Eh bien, pour le moment, il reposerait en paix en attendant sa résurrection, dans le pittoresque village de Shingo (新郷村), situé dans la préfecture d’Aomori (青森県), au nord de l’île principale de Honshū (本州) au Japon. Celle-ci est le lieu de sépulture de ni plus ni moins de Jésus-Christ. Il est d’ailleurs possible de se rendre physiquement sur le « Kirisuto no Haka » (キリストの墓, tombe du Christ en français). Du moins, c’est ce que prétendent les locaux depuis des lustres. Mais aussi et surtout, la secte shintoïste locale… L’un de ces courants religieux syncrétiques – pour ne pas dire micro-sectes – dont l’Archipel a le secret.

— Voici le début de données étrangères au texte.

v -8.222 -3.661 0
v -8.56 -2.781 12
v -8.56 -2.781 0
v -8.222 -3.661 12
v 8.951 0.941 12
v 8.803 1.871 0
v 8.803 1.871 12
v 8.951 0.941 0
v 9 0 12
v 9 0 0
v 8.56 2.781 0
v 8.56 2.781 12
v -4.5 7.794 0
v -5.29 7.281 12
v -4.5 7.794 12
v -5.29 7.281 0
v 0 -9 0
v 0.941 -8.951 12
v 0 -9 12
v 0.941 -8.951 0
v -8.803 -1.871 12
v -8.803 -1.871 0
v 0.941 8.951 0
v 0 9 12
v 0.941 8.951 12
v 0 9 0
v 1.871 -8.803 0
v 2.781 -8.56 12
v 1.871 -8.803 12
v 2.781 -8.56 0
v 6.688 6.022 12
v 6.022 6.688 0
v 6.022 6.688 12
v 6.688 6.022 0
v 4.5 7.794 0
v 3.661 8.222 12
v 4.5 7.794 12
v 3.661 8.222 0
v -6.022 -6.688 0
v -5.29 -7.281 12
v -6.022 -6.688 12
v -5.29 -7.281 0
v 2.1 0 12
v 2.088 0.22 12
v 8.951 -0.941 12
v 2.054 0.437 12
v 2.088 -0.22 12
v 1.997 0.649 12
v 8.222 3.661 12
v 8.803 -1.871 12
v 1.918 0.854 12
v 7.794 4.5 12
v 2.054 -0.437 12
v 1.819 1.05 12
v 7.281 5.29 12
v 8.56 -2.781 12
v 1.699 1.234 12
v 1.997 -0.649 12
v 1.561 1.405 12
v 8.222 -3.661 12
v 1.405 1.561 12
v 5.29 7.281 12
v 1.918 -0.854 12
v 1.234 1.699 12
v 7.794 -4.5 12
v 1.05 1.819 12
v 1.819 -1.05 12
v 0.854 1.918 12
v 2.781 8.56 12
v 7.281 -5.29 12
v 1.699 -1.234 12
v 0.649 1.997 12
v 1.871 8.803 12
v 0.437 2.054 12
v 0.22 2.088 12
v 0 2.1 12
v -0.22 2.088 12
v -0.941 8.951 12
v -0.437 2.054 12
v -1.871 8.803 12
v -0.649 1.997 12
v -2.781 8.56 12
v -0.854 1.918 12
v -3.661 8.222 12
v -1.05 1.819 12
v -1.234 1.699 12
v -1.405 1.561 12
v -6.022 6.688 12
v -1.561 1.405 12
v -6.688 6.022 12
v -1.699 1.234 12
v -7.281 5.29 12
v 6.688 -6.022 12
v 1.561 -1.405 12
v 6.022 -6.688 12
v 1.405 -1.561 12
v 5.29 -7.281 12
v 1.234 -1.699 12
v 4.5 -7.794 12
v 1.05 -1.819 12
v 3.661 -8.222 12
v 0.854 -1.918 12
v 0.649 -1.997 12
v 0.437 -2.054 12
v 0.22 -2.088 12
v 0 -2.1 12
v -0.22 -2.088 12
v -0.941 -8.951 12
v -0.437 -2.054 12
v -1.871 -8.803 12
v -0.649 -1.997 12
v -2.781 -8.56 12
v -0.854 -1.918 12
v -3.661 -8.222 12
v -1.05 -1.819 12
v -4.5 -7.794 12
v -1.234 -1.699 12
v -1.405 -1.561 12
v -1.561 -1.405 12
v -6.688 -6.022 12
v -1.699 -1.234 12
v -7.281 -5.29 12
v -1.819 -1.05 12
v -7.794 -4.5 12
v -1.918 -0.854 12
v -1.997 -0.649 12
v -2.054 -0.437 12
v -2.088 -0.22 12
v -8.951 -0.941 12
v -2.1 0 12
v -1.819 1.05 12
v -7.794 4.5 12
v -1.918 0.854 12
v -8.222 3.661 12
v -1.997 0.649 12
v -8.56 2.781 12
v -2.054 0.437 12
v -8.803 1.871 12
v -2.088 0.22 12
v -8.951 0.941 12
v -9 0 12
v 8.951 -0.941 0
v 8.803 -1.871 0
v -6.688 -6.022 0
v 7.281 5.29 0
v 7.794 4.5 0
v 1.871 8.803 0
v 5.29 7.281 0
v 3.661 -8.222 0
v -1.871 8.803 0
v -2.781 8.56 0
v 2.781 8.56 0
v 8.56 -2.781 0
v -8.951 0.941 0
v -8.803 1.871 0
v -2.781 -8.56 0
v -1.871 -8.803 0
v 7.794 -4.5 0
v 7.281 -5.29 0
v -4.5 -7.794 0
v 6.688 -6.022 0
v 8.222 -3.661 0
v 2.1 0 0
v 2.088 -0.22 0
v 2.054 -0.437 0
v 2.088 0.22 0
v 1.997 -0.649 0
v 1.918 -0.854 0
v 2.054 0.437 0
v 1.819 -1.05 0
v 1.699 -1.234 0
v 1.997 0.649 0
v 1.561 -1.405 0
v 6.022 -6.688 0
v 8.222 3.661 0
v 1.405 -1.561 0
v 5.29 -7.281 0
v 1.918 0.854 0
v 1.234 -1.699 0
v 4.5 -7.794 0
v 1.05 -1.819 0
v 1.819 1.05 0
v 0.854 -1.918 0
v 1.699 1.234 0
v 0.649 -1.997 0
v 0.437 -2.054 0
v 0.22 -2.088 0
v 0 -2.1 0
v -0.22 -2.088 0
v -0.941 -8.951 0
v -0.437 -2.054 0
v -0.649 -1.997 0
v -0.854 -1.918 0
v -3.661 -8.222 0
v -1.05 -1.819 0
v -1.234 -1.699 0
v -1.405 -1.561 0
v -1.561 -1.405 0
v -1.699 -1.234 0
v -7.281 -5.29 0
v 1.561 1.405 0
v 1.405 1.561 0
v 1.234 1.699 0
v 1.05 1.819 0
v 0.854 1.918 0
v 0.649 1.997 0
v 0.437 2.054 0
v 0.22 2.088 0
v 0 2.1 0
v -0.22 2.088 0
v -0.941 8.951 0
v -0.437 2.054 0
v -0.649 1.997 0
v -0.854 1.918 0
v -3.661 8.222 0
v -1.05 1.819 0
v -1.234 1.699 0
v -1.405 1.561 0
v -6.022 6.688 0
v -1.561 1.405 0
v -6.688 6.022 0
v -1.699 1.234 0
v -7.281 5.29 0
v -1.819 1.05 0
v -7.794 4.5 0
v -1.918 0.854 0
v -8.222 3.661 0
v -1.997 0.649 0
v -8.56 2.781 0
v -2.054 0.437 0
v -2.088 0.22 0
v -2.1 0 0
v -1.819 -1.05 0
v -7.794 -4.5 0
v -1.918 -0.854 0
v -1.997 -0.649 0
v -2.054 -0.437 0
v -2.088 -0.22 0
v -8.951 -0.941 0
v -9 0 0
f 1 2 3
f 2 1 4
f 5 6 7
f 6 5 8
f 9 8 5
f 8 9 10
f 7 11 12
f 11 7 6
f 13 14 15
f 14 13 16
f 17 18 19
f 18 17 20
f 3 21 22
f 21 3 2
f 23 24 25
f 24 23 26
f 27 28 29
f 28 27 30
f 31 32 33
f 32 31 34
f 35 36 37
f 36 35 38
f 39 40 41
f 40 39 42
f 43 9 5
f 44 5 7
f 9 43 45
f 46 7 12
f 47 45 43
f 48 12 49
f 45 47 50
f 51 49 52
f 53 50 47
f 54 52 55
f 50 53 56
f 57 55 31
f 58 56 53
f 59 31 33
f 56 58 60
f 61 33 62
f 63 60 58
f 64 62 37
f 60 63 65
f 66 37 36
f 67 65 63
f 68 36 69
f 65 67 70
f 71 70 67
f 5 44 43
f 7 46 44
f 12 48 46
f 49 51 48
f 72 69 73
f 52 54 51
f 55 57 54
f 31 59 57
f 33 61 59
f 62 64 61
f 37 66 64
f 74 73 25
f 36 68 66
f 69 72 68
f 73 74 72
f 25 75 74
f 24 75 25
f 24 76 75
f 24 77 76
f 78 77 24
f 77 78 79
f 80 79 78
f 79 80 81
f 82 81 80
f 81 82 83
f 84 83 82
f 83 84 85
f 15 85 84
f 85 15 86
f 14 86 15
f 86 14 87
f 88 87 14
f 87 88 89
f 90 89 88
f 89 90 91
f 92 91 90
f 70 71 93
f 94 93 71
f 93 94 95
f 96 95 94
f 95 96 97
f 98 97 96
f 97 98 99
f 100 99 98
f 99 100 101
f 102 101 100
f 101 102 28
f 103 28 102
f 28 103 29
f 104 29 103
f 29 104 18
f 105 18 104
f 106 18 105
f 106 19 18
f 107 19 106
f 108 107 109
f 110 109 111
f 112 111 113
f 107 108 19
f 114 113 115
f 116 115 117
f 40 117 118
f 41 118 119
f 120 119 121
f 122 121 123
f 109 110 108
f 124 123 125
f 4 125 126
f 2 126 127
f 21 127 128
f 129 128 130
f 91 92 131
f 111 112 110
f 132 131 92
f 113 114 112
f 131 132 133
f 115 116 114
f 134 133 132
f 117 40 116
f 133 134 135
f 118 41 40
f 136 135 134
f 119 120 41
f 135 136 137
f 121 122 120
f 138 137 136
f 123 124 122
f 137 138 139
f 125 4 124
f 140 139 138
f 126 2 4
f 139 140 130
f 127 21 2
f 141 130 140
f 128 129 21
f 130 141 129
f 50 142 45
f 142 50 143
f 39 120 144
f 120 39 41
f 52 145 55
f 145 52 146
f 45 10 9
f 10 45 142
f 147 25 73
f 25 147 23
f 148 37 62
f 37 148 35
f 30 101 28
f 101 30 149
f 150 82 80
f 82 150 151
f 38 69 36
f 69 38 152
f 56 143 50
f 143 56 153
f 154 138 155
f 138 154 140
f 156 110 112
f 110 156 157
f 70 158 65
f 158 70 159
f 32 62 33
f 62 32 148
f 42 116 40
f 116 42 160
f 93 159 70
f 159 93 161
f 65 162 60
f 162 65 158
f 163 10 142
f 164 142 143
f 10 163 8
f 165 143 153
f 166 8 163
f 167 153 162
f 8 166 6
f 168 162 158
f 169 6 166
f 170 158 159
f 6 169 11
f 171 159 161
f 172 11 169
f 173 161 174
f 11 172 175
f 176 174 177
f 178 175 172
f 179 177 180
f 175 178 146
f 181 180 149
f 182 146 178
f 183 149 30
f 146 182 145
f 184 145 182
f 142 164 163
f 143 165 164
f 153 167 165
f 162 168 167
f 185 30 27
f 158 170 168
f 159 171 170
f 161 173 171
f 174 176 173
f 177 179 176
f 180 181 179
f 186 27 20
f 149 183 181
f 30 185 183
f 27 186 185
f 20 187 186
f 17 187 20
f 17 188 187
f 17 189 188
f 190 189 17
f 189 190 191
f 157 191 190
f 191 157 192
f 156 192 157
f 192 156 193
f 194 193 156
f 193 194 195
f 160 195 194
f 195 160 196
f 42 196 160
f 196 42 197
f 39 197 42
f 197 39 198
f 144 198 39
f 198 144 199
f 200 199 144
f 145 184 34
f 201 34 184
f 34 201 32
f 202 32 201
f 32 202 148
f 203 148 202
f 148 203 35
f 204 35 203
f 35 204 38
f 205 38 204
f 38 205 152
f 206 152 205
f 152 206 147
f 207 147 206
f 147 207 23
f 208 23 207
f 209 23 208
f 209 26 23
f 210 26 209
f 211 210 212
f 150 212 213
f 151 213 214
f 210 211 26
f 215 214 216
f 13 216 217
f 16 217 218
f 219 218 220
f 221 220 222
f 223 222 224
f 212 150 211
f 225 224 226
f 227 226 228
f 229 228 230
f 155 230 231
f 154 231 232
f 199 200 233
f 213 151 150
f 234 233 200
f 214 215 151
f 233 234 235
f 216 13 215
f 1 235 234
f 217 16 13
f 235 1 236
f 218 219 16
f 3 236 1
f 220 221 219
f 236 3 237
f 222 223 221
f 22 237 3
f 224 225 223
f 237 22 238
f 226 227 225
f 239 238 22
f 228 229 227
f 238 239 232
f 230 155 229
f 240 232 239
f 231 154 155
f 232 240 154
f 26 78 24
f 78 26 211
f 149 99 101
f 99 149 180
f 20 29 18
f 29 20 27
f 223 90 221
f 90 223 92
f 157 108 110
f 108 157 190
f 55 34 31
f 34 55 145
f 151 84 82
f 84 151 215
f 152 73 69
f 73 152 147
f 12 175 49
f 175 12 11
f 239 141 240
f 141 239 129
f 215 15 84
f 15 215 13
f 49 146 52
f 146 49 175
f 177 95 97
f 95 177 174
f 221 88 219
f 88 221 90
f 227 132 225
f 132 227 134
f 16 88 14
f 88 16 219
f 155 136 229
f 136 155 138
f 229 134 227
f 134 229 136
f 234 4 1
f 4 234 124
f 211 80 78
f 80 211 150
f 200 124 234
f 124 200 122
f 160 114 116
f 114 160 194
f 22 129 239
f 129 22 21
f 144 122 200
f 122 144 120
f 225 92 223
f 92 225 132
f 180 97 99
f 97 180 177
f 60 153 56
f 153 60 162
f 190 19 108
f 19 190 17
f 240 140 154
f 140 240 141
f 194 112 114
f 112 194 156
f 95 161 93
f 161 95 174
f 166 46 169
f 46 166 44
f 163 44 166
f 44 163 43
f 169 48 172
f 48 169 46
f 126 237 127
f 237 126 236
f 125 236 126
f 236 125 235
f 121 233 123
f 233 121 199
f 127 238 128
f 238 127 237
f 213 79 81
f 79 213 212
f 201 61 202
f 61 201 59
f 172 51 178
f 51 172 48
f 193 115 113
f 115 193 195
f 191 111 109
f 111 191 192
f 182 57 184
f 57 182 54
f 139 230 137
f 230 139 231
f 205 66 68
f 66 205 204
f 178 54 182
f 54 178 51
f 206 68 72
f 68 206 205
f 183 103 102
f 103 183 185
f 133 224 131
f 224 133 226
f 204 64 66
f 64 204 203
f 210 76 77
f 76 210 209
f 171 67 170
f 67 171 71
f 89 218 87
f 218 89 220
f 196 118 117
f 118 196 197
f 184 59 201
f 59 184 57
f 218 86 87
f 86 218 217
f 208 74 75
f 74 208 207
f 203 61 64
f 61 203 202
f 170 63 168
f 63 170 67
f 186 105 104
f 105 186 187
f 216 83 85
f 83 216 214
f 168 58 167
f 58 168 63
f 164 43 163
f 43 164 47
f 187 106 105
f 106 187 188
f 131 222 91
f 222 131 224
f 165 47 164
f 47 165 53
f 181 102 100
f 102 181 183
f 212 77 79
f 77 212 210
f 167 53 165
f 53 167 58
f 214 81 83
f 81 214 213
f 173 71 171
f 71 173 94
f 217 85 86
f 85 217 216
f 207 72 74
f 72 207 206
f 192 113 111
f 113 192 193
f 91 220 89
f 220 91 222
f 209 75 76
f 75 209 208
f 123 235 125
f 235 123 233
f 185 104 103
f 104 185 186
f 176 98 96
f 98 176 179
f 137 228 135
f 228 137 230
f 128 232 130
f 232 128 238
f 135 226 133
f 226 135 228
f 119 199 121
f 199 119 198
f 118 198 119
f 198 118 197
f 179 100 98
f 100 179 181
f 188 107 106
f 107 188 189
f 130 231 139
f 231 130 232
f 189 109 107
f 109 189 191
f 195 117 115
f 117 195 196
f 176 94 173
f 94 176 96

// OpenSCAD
$fn = 60;

base_thick = 2.0;

//--------------------------------------------------------

rail_distance();

//--------------------------------------------------------

module rail_distance() {
	  w = 18;
	  h = 12;
	  difference() {
			cylinder(h=h, d=w);
			cylinder(h=h, d=4.2);
	  }
}

//--------------------------------------------------------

Tout d’abord, contextualisons cette dinguerie. La légende serait née dans les années 30, en pleine période ultra-nationaliste japonaise. La tendance était alors à la réécriture d’un roman national glorifiant la nation. À cette époque, il était courant de voir émerger des récits imaginaires qui glorifiaient le Japon comme une civilisation ayant des connexions anciennes et universelles… C’est d’ailleurs là que la figure du samouraï fut exacerbée, notamment pour encourager le sacrifice. Un terreau fertile pour la création de légendes diverses, favorisé par la propagande du « Dainippon » : le grand Japon. LE pays au centre du monde.
Tout commence par une révélation d’un membre de la famille Takeuchi dans le petit village de Shingo : Takeuchi Kiyomaro, prêtre shinto de son état. Bien entendu, ces documents sont des copies réécrites par la famille à l’identique… Car un incendie aurait détruit les précieux originaux quelques années auparavant.
Le contenu de ces documents est troublant. Et il en existe plusieurs versions. Nous allons vous conter celle reconnue comme la plus probable. En effet, Jésus aurait décidé, à ses 14 ans, de partir en Inde pour y étudier le bouddhisme. C’est là-bas qu’un moine lui aurait conseillé de voyager vers le Japon afin de découvrir la culture locale et sa religion si riche, afin de s’en imprégner.
Un périple que le Christ aurait entrepris aux alentours de ses 21 ans. Sur place, il aurait appris les concepts et la sagesse du shintoïsme… Mais aussi, toujours selon les textes, certains arts martiaux. Vous ne l’avez pas vu venir, mais Les Inconnus, sans le savoir, avaient un peu raison dans leur sketch Jésus 2 le retour ; avec sa distribution des pains version karaté. Riche de ces nouveaux savoirs, Jésus retournera au Moyen-Orient avec une sagesse japonaise digne des grands samouraïs.
De retour sur ses terres natales vers ses 30 ans, Jésus s’empressa bien évidemment de diffuser la culture et la religion japonaises dont personne n’avait jamais entendu parler jusqu’ici. Ceci expliqua comment Jésus, en réalité, arriva à subjuguer les foules de son temps.
Bien entendu, les autorités religieuses locales, comme nous le savons, ne purent supporter un tel affront. Il fallait se débarrasser de cet homme encombrant et vite, avant que celui-ci ne fasse tomber les institutions religieuses anciennes.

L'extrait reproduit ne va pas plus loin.